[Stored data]
== == ==

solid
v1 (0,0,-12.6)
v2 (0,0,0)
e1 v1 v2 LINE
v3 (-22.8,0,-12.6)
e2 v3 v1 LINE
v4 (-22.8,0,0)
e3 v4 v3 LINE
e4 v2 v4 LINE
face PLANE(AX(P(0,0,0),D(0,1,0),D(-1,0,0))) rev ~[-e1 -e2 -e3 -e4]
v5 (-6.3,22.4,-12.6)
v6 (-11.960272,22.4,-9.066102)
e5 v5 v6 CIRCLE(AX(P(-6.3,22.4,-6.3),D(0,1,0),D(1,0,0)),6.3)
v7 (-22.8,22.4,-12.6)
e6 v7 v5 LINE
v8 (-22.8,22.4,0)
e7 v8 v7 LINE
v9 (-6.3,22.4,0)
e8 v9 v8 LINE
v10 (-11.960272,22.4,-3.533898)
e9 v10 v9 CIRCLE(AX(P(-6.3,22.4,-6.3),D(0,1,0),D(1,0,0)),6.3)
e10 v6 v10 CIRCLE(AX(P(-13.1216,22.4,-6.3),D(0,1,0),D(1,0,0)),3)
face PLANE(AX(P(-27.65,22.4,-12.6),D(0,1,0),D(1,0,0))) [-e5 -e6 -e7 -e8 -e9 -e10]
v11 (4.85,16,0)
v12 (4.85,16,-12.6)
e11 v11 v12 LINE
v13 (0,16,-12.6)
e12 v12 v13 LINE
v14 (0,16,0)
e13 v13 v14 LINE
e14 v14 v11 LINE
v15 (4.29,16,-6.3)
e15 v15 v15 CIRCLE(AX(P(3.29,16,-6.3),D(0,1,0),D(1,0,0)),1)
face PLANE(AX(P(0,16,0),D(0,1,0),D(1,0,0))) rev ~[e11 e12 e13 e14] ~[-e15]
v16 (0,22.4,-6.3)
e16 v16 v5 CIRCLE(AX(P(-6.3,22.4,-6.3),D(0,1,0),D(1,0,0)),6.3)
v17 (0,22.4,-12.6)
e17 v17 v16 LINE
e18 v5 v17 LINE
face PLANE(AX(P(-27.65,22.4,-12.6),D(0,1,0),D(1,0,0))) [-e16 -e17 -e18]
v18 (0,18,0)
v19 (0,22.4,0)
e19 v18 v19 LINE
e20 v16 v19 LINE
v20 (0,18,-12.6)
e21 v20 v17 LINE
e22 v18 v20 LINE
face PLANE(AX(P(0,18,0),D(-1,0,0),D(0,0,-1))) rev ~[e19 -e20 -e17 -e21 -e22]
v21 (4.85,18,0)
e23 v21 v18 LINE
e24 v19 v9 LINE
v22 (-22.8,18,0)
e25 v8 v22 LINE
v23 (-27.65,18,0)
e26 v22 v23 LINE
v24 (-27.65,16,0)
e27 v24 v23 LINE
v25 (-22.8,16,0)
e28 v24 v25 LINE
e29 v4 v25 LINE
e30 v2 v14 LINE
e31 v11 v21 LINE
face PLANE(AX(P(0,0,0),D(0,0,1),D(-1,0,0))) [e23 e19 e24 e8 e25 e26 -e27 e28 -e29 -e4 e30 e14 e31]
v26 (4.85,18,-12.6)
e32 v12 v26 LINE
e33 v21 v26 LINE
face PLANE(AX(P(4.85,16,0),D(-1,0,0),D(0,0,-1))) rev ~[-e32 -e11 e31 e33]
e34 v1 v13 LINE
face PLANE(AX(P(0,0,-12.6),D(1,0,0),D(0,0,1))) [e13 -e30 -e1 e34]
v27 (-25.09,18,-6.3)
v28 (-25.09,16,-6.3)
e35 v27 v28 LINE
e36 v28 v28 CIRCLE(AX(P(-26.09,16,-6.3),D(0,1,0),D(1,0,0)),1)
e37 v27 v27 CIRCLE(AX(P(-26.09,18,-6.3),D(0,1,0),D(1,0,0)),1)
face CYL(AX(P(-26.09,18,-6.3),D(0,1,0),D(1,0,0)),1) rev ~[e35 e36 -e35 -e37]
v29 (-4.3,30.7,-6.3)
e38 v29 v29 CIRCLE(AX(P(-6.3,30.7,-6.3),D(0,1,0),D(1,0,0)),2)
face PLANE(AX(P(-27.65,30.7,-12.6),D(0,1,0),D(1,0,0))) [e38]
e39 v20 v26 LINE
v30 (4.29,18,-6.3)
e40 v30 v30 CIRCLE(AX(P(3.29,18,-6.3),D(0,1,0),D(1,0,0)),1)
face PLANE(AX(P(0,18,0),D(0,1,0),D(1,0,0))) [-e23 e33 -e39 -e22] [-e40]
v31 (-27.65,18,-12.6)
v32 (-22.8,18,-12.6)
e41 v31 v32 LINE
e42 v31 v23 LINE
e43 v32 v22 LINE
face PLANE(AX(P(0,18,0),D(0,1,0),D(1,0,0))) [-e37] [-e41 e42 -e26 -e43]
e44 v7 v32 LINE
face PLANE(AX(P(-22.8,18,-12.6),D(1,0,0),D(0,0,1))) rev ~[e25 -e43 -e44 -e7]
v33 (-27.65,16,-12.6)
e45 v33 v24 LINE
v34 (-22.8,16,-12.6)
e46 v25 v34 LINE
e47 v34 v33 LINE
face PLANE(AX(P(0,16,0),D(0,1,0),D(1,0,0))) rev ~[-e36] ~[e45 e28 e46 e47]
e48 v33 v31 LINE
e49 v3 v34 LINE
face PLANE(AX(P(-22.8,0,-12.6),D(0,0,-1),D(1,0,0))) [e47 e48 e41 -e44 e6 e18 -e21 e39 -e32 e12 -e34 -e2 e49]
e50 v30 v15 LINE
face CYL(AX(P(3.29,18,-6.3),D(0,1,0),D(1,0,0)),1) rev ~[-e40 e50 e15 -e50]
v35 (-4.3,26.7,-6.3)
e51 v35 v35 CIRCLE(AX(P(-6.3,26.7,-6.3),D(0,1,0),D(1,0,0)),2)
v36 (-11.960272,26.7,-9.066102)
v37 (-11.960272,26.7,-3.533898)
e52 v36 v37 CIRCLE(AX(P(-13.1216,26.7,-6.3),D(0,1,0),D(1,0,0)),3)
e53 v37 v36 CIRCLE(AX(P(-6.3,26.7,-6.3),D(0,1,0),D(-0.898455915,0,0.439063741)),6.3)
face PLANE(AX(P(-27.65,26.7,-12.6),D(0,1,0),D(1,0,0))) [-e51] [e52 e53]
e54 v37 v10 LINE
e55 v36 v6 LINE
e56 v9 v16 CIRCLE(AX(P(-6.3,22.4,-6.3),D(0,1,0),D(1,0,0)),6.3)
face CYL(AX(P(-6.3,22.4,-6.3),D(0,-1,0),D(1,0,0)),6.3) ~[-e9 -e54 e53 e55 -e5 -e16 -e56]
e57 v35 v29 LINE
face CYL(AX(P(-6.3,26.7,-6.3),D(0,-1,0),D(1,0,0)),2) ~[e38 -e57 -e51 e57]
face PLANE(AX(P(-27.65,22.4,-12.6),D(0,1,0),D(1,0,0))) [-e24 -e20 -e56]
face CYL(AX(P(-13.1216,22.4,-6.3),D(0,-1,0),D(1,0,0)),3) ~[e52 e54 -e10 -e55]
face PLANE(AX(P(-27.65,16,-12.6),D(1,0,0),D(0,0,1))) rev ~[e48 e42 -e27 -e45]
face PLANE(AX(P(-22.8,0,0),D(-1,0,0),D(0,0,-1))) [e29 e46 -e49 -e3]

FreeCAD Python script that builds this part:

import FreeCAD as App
import Part
import Sketcher


def add_polygon(sketch, points):
    """Adds a closed chain of lines whose ends are joined by coincident constraints."""
    first, n = sketch.GeometryCount, len(points)
    for a, b in zip(points, points[1:] + points[:1]):
        sketch.addGeometry(Part.LineSegment(App.Vector(*a, 0), App.Vector(*b, 0)), False)
    for i in range(n):
        sketch.addConstraint(Sketcher.Constraint("Coincident", first + i, 2, first + (i + 1) % n, 1))

doc = App.newDocument("Part")
body = doc.addObject("PartDesign::Body", "Body")

sketch1 = doc.addObject("Sketcher::SketchObject", "Sketch")
body.addObject(sketch1)
sketch1.AttachmentSupport = (doc.XZ_Plane, [""])
sketch1.MapMode = "FlatFace"
add_polygon(sketch1, [(-23, 0), (0, 0), (0, -13), (-23, -13)])
sketch1.addConstraint(Sketcher.Constraint("Horizontal", 0))
sketch1.addConstraint(Sketcher.Constraint("Vertical", 1))
sketch1.addConstraint(Sketcher.Constraint("Horizontal", 2))
sketch1.addConstraint(Sketcher.Constraint("Vertical", 3))
sketch1.addConstraint(Sketcher.Constraint("Coincident", 0, 2, -1, 1))
sketch1.addConstraint(Sketcher.Constraint("DistanceX", 0, 1, 0, 2, 22.8))
sketch1.addConstraint(Sketcher.Constraint("DistanceY", 1, 2, 1, 1, 12.6))
pad1 = doc.addObject("PartDesign::Pad", "Pad")
body.addObject(pad1)
pad1.Profile = sketch1
pad1.Length = 16
pad1.Reversed = True

sketch2 = doc.addObject("Sketcher::SketchObject", "Sketch001")
body.addObject(sketch2)
sketch2.AttachmentSupport = (doc.XZ_Plane, [""])
sketch2.MapMode = "FlatFace"
sketch2.AttachmentOffset = App.Placement(App.Vector(0, 0, -16), App.Rotation())
add_polygon(sketch2, [(-28, 0), (5, 0), (5, -13), (-28, -13)])
sketch2.addConstraint(Sketcher.Constraint("Horizontal", 0))
sketch2.addConstraint(Sketcher.Constraint("Vertical", 1))
sketch2.addConstraint(Sketcher.Constraint("Horizontal", 2))
sketch2.addConstraint(Sketcher.Constraint("Vertical", 3))
sketch2.addConstraint(Sketcher.Constraint("PointOnObject", 0, 2, -1))
sketch2.addConstraint(Sketcher.Constraint("DistanceX", -1, 1, 0, 2, 4.85))
sketch2.addConstraint(Sketcher.Constraint("DistanceX", 0, 1, 0, 2, 32.5))
sketch2.addConstraint(Sketcher.Constraint("DistanceY", 1, 2, 1, 1, 12.6))
pad2 = doc.addObject("PartDesign::Pad", "Pad001")
body.addObject(pad2)
pad2.Profile = sketch2
pad2.Length = 2
pad2.Reversed = True

sketch3 = doc.addObject("Sketcher::SketchObject", "Sketch002")
body.addObject(sketch3)
sketch3.AttachmentSupport = (doc.XZ_Plane, [""])
sketch3.MapMode = "FlatFace"
sketch3.AttachmentOffset = App.Placement(App.Vector(0, 0, -18), App.Rotation())
add_polygon(sketch3, [(-23, 0), (0, 0), (0, -13), (-23, -13)])
sketch3.addConstraint(Sketcher.Constraint("Horizontal", 0))
sketch3.addConstraint(Sketcher.Constraint("Vertical", 1))
sketch3.addConstraint(Sketcher.Constraint("Horizontal", 2))
sketch3.addConstraint(Sketcher.Constraint("Vertical", 3))
sketch3.addConstraint(Sketcher.Constraint("Coincident", 0, 2, -1, 1))
sketch3.addConstraint(Sketcher.Constraint("DistanceX", 0, 1, 0, 2, 22.8))
sketch3.addConstraint(Sketcher.Constraint("DistanceY", 1, 2, 1, 1, 12.6))
pad3 = doc.addObject("PartDesign::Pad", "Pad002")
body.addObject(pad3)
pad3.Profile = sketch3
pad3.Length = 1
pad3.Reversed = True

sketch4 = doc.addObject("Sketcher::SketchObject", "Sketch003")
body.addObject(sketch4)
sketch4.AttachmentSupport = (doc.XZ_Plane, [""])
sketch4.MapMode = "FlatFace"
sketch4.AttachmentOffset = App.Placement(App.Vector(0, 0, -18), App.Rotation())
sketch4.addGeometry(Part.Circle(App.Vector(-26.1, -6.3, 0), App.Vector(0, 0, 1), 1), False)
sketch4.addGeometry(Part.Circle(App.Vector(3.3, -6.3, 0), App.Vector(0, 0, 1), 1), False)
sketch4.addConstraint(Sketcher.Constraint("Equal", 0, 1))
sketch4.addConstraint(Sketcher.Constraint("Horizontal", 0, 3, 1, 3))
sketch4.addConstraint(Sketcher.Constraint("Diameter", 0, 2.0))
sketch4.addConstraint(Sketcher.Constraint("DistanceY", 0, 3, -1, 1, 6.3))
sketch4.addConstraint(Sketcher.Constraint("DistanceX", 0, 3, -1, 1, 26.09))
sketch4.addConstraint(Sketcher.Constraint("DistanceX", -1, 1, 1, 3, 3.29))
pocket1 = doc.addObject("PartDesign::Pocket", "Pocket")
body.addObject(pocket1)
pocket1.Profile = sketch4
pocket1.Type = "ThroughAll"
pocket1.Reversed = True

sketch5 = doc.addObject("Sketcher::SketchObject", "Sketch004")
body.addObject(sketch5)
sketch5.AttachmentSupport = (doc.XZ_Plane, [""])
sketch5.MapMode = "FlatFace"
sketch5.AttachmentOffset = App.Placement(App.Vector(0, 0, -18), App.Rotation())
add_polygon(sketch5, [(0, -13), (-23, -13), (-23, 0), (0, 0)])
sketch5.addConstraint(Sketcher.Constraint("Horizontal", 0))
sketch5.addConstraint(Sketcher.Constraint("Vertical", 1))
sketch5.addConstraint(Sketcher.Constraint("Horizontal", 2))
sketch5.addConstraint(Sketcher.Constraint("Vertical", 3))
sketch5.addConstraint(Sketcher.Constraint("Coincident", 2, 2, -1, 1))
sketch5.addConstraint(Sketcher.Constraint("DistanceX", 0, 2, 0, 1, 22.8))
sketch5.addConstraint(Sketcher.Constraint("DistanceY", 1, 1, 1, 2, 12.6))
pad4 = doc.addObject("PartDesign::Pad", "Pad003")
body.addObject(pad4)
pad4.Profile = sketch5
pad4.Length = 4.4
pad4.Reversed = True

sketch6 = doc.addObject("Sketcher::SketchObject", "Sketch005")
body.addObject(sketch6)
sketch6.AttachmentSupport = (doc.XZ_Plane, [""])
sketch6.MapMode = "FlatFace"
sketch6.AttachmentOffset = App.Placement(App.Vector(0, 0, -22.4), App.Rotation())
sketch6.addGeometry(Part.Circle(App.Vector(-6, -6, 0), App.Vector(0, 0, 1), 6), False)
sketch6.addConstraint(Sketcher.Constraint("Diameter", 0, 12.6))
sketch6.addConstraint(Sketcher.Constraint("DistanceX", 0, 3, -1, 1, 6.3))
sketch6.addConstraint(Sketcher.Constraint("DistanceY", 0, 3, -1, 1, 6.3))
pad5 = doc.addObject("PartDesign::Pad", "Pad004")
body.addObject(pad5)
pad5.Profile = sketch6
pad5.Length = 4.3
pad5.Reversed = True

sketch7 = doc.addObject("Sketcher::SketchObject", "Sketch006")
body.addObject(sketch7)
sketch7.AttachmentSupport = (doc.XZ_Plane, [""])
sketch7.MapMode = "FlatFace"
sketch7.AttachmentOffset = App.Placement(App.Vector(0, 0, -22.4), App.Rotation())
sketch7.addGeometry(Part.Circle(App.Vector(-13.1, -6.3, 0), App.Vector(0, 0, 1), 3), False)
sketch7.addConstraint(Sketcher.Constraint("Diameter", 0, 6.0))
sketch7.addConstraint(Sketcher.Constraint("DistanceY", 0, 3, -1, 1, 6.3))
sketch7.addConstraint(Sketcher.Constraint("DistanceX", 0, 3, -1, 1, 13.1216))
pad6 = doc.addObject("PartDesign::Pad", "Pad005")
body.addObject(pad6)
pad6.Profile = sketch7
pad6.Length = 4.3
pad6.Reversed = True

sketch8 = doc.addObject("Sketcher::SketchObject", "Sketch007")
body.addObject(sketch8)
sketch8.AttachmentSupport = (doc.XZ_Plane, [""])
sketch8.MapMode = "FlatFace"
sketch8.AttachmentOffset = App.Placement(App.Vector(0, 0, -26.7), App.Rotation())
sketch8.addGeometry(Part.Circle(App.Vector(-6.3, -6.3, 0), App.Vector(0, 0, 1), 2), False)
sketch8.addConstraint(Sketcher.Constraint("Diameter", 0, 4.0))
sketch8.addConstraint(Sketcher.Constraint("DistanceX", 0, 3, -1, 1, 6.3))
sketch8.addConstraint(Sketcher.Constraint("DistanceY", 0, 3, -1, 1, 6.3))
pad7 = doc.addObject("PartDesign::Pad", "Pad006")
body.addObject(pad7)
pad7.Profile = sketch8
pad7.Length = 4
pad7.Reversed = True

doc.recompute()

== == ==

• Action item:
Above are the lines; repeat exactly the ones from the line containing "face PLANE(AX(P(-27.65,22.4,-12.6),D(0,1,0),D(1,0,0))) [-e5" down to the line containing "e31 v11 v21 LINE", both inclusive.

• Your solution:
face PLANE(AX(P(-27.65,22.4,-12.6),D(0,1,0),D(1,0,0))) [-e5 -e6 -e7 -e8 -e9 -e10]
v11 (4.85,16,0)
v12 (4.85,16,-12.6)
e11 v11 v12 LINE
v13 (0,16,-12.6)
e12 v12 v13 LINE
v14 (0,16,0)
e13 v13 v14 LINE
e14 v14 v11 LINE
v15 (4.29,16,-6.3)
e15 v15 v15 CIRCLE(AX(P(3.29,16,-6.3),D(0,1,0),D(1,0,0)),1)
face PLANE(AX(P(0,16,0),D(0,1,0),D(1,0,0))) rev ~[e11 e12 e13 e14] ~[-e15]
v16 (0,22.4,-6.3)
e16 v16 v5 CIRCLE(AX(P(-6.3,22.4,-6.3),D(0,1,0),D(1,0,0)),6.3)
v17 (0,22.4,-12.6)
e17 v17 v16 LINE
e18 v5 v17 LINE
face PLANE(AX(P(-27.65,22.4,-12.6),D(0,1,0),D(1,0,0))) [-e16 -e17 -e18]
v18 (0,18,0)
v19 (0,22.4,0)
e19 v18 v19 LINE
e20 v16 v19 LINE
v20 (0,18,-12.6)
e21 v20 v17 LINE
e22 v18 v20 LINE
face PLANE(AX(P(0,18,0),D(-1,0,0),D(0,0,-1))) rev ~[e19 -e20 -e17 -e21 -e22]
v21 (4.85,18,0)
e23 v21 v18 LINE
e24 v19 v9 LINE
v22 (-22.8,18,0)
e25 v8 v22 LINE
v23 (-27.65,18,0)
e26 v22 v23 LINE
v24 (-27.65,16,0)
e27 v24 v23 LINE
v25 (-22.8,16,0)
e28 v24 v25 LINE
e29 v4 v25 LINE
e30 v2 v14 LINE
e31 v11 v21 LINE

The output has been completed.